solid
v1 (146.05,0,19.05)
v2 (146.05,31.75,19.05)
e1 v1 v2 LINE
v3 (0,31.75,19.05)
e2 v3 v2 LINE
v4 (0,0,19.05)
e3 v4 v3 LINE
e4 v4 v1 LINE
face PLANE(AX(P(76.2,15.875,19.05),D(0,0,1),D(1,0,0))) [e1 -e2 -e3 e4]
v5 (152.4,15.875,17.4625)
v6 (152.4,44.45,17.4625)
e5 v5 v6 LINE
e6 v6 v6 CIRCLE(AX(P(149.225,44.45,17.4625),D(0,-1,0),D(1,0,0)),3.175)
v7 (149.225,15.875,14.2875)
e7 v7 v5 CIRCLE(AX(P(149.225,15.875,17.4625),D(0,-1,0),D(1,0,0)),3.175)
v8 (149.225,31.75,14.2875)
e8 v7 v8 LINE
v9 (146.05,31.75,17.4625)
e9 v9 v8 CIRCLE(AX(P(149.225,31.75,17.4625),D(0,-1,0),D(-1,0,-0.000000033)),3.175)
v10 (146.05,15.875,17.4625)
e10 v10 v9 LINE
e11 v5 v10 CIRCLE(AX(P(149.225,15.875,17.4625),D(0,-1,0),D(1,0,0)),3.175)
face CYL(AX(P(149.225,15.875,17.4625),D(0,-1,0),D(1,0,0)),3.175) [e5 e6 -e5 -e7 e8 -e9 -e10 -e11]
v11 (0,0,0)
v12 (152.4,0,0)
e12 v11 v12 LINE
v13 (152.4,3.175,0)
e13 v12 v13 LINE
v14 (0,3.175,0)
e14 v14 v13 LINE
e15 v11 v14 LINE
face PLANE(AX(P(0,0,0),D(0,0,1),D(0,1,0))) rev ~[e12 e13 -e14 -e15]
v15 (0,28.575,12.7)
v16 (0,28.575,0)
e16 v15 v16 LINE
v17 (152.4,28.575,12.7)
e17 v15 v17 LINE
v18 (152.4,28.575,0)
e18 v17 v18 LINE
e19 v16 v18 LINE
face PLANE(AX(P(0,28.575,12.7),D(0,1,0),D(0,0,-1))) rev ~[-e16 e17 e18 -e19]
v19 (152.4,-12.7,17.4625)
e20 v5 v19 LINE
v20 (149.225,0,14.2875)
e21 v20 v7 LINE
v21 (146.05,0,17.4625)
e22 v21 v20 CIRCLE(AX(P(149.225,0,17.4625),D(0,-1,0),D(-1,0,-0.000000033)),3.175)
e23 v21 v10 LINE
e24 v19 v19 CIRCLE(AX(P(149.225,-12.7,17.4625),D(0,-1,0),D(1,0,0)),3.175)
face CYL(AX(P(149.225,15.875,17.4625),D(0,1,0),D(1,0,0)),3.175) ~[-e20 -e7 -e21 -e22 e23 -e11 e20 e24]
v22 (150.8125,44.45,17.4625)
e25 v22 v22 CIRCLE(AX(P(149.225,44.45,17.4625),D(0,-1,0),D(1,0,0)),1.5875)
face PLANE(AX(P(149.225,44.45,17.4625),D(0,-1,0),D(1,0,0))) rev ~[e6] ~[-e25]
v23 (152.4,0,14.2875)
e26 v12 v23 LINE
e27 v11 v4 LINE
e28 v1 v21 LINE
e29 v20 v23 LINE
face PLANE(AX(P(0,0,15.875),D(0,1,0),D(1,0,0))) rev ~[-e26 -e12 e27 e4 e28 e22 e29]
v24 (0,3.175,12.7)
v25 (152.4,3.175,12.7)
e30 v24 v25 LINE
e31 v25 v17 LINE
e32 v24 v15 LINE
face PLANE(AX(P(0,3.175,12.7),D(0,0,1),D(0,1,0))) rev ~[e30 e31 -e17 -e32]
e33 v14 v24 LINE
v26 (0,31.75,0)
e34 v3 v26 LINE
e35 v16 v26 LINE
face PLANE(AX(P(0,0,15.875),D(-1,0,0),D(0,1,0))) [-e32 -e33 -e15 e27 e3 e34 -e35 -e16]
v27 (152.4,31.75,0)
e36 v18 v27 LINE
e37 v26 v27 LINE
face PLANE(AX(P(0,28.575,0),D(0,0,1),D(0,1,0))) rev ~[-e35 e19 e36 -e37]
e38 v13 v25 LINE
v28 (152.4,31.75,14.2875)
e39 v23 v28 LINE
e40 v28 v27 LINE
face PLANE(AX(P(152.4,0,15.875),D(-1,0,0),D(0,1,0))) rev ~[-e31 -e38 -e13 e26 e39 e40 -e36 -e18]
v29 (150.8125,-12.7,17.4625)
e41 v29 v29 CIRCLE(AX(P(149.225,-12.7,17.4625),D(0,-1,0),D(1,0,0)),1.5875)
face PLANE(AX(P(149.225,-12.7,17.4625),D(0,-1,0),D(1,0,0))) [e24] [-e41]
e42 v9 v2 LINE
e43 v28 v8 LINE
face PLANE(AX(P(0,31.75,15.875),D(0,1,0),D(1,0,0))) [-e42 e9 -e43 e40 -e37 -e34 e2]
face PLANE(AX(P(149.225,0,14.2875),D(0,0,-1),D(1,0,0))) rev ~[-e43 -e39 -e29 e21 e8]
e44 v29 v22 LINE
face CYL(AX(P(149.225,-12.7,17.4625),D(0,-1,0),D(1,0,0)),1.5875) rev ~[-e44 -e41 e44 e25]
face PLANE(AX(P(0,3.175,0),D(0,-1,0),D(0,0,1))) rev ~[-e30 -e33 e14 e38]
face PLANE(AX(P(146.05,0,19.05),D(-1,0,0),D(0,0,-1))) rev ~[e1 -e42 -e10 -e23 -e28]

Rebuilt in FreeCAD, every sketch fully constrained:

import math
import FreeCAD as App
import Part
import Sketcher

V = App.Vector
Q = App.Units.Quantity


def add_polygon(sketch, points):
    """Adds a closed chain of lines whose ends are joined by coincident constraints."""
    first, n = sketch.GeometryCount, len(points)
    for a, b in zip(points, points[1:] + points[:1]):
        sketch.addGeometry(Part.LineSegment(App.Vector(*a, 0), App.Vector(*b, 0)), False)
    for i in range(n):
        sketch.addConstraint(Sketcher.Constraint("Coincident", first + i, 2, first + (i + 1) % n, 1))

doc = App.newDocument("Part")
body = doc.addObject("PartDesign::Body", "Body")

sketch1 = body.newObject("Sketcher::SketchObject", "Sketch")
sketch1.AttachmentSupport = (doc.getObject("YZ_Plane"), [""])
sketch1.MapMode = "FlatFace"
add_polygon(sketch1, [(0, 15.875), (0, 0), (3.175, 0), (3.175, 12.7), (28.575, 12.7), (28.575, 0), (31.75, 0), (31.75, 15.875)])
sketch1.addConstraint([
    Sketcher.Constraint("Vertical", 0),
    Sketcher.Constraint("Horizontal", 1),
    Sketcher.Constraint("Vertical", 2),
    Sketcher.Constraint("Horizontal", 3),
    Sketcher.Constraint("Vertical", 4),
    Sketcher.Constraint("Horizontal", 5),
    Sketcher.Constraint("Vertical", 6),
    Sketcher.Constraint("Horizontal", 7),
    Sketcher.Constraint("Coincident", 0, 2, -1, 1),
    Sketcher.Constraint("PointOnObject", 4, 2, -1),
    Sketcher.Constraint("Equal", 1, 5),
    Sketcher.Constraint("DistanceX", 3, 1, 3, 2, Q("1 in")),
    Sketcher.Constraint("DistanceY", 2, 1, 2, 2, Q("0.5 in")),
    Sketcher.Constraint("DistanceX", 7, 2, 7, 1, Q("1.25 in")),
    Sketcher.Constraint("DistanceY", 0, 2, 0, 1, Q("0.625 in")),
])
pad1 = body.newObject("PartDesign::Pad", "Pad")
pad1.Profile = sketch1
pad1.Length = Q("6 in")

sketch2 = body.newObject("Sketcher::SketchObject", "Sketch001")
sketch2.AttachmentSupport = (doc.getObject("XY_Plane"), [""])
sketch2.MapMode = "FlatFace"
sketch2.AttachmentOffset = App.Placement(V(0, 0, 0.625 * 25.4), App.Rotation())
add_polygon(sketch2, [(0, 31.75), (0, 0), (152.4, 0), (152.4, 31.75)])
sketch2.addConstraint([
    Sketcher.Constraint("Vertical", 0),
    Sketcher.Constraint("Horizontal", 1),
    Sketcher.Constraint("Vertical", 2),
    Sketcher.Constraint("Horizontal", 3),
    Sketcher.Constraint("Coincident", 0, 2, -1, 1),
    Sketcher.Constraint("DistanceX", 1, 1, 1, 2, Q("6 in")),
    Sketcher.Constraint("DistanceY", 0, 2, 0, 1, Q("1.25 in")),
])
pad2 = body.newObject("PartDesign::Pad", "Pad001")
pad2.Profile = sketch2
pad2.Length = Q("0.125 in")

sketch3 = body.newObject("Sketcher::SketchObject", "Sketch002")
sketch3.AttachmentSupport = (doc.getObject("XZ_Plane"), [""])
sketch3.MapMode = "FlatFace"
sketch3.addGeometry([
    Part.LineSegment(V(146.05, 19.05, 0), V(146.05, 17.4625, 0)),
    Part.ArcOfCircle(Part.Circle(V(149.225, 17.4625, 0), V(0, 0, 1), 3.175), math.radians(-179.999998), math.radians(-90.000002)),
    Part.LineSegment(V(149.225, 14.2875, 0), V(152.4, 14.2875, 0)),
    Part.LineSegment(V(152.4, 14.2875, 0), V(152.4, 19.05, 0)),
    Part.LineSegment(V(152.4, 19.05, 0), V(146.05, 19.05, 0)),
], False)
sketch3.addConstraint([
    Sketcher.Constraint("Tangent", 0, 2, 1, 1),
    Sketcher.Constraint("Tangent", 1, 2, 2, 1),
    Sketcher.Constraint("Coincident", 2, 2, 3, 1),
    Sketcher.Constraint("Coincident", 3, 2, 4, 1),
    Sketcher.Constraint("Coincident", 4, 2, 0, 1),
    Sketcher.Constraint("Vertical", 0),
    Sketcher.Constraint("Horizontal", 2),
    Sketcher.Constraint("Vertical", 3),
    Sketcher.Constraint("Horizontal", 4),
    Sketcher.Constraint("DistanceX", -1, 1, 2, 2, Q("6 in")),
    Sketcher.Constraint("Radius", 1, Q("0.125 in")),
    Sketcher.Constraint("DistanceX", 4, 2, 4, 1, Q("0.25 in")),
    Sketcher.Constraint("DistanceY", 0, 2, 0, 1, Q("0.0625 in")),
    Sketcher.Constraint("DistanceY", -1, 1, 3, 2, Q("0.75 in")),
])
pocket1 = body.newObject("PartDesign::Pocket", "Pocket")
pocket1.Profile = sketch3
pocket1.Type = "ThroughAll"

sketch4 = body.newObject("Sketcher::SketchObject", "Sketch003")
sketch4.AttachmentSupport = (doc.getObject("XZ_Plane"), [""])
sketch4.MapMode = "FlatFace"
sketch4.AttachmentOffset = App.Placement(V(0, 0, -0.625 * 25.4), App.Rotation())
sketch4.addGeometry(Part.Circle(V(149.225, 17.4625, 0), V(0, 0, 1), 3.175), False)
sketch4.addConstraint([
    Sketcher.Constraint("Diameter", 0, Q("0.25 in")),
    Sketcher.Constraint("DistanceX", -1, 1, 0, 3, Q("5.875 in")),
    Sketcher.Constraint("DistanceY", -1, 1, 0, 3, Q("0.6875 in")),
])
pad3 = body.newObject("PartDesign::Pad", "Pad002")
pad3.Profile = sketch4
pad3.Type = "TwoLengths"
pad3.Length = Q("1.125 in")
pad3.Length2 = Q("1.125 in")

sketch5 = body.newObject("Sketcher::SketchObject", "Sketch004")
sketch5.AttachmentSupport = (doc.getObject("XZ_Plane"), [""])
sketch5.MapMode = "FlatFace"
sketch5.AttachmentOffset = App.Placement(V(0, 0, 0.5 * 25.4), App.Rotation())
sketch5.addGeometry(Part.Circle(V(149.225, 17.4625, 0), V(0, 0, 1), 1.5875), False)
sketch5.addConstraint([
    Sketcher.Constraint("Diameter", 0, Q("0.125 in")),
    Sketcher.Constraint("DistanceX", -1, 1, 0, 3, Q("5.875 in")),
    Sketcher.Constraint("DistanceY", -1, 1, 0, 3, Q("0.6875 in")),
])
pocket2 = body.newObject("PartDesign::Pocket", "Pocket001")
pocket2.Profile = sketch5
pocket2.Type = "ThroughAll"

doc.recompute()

####

Transcribe the lines above between the line holding "v10 (146.05,15.875,17.4625)" and the line holding "e35 v16 v26 LINE", inclusive, exactly as they stand and with nothing added.

## Solved problem
v10 (146.05,15.875,17.4625)
e10 v10 v9 LINE
e11 v5 v10 CIRCLE(AX(P(149.225,15.875,17.4625),D(0,-1,0),D(1,0,0)),3.175)
face CYL(AX(P(149.225,15.875,17.4625),D(0,-1,0),D(1,0,0)),3.175) [e5 e6 -e5 -e7 e8 -e9 -e10 -e11]
v11 (0,0,0)
v12 (152.4,0,0)
e12 v11 v12 LINE
v13 (152.4,3.175,0)
e13 v12 v13 LINE
v14 (0,3.175,0)
e14 v14 v13 LINE
e15 v11 v14 LINE
face PLANE(AX(P(0,0,0),D(0,0,1),D(0,1,0))) rev ~[e12 e13 -e14 -e15]
v15 (0,28.575,12.7)
v16 (0,28.575,0)
e16 v15 v16 LINE
v17 (152.4,28.575,12.7)
e17 v15 v17 LINE
v18 (152.4,28.575,0)
e18 v17 v18 LINE
e19 v16 v18 LINE
face PLANE(AX(P(0,28.575,12.7),D(0,1,0),D(0,0,-1))) rev ~[-e16 e17 e18 -e19]
v19 (152.4,-12.7,17.4625)
e20 v5 v19 LINE
v20 (149.225,0,14.2875)
e21 v20 v7 LINE
v21 (146.05,0,17.4625)
e22 v21 v20 CIRCLE(AX(P(149.225,0,17.4625),D(0,-1,0),D(-1,0,-0.000000033)),3.175)
e23 v21 v10 LINE
e24 v19 v19 CIRCLE(AX(P(149.225,-12.7,17.4625),D(0,-1,0),D(1,0,0)),3.175)
face CYL(AX(P(149.225,15.875,17.4625),D(0,1,0),D(1,0,0)),3.175) ~[-e20 -e7 -e21 -e22 e23 -e11 e20 e24]
v22 (150.8125,44.45,17.4625)
e25 v22 v22 CIRCLE(AX(P(149.225,44.45,17.4625),D(0,-1,0),D(1,0,0)),1.5875)
face PLANE(AX(P(149.225,44.45,17.4625),D(0,-1,0),D(1,0,0))) rev ~[e6] ~[-e25]
v23 (152.4,0,14.2875)
e26 v12 v23 LINE
e27 v11 v4 LINE
e28 v1 v21 LINE
e29 v20 v23 LINE
face PLANE(AX(P(0,0,15.875),D(0,1,0),D(1,0,0))) rev ~[-e26 -e12 e27 e4 e28 e22 e29]
v24 (0,3.175,12.7)
v25 (152.4,3.175,12.7)
e30 v24 v25 LINE
e31 v25 v17 LINE
e32 v24 v15 LINE
face PLANE(AX(P(0,3.175,12.7),D(0,0,1),D(0,1,0))) rev ~[e30 e31 -e17 -e32]
e33 v14 v24 LINE
v26 (0,31.75,0)
e34 v3 v26 LINE
e35 v16 v26 LINE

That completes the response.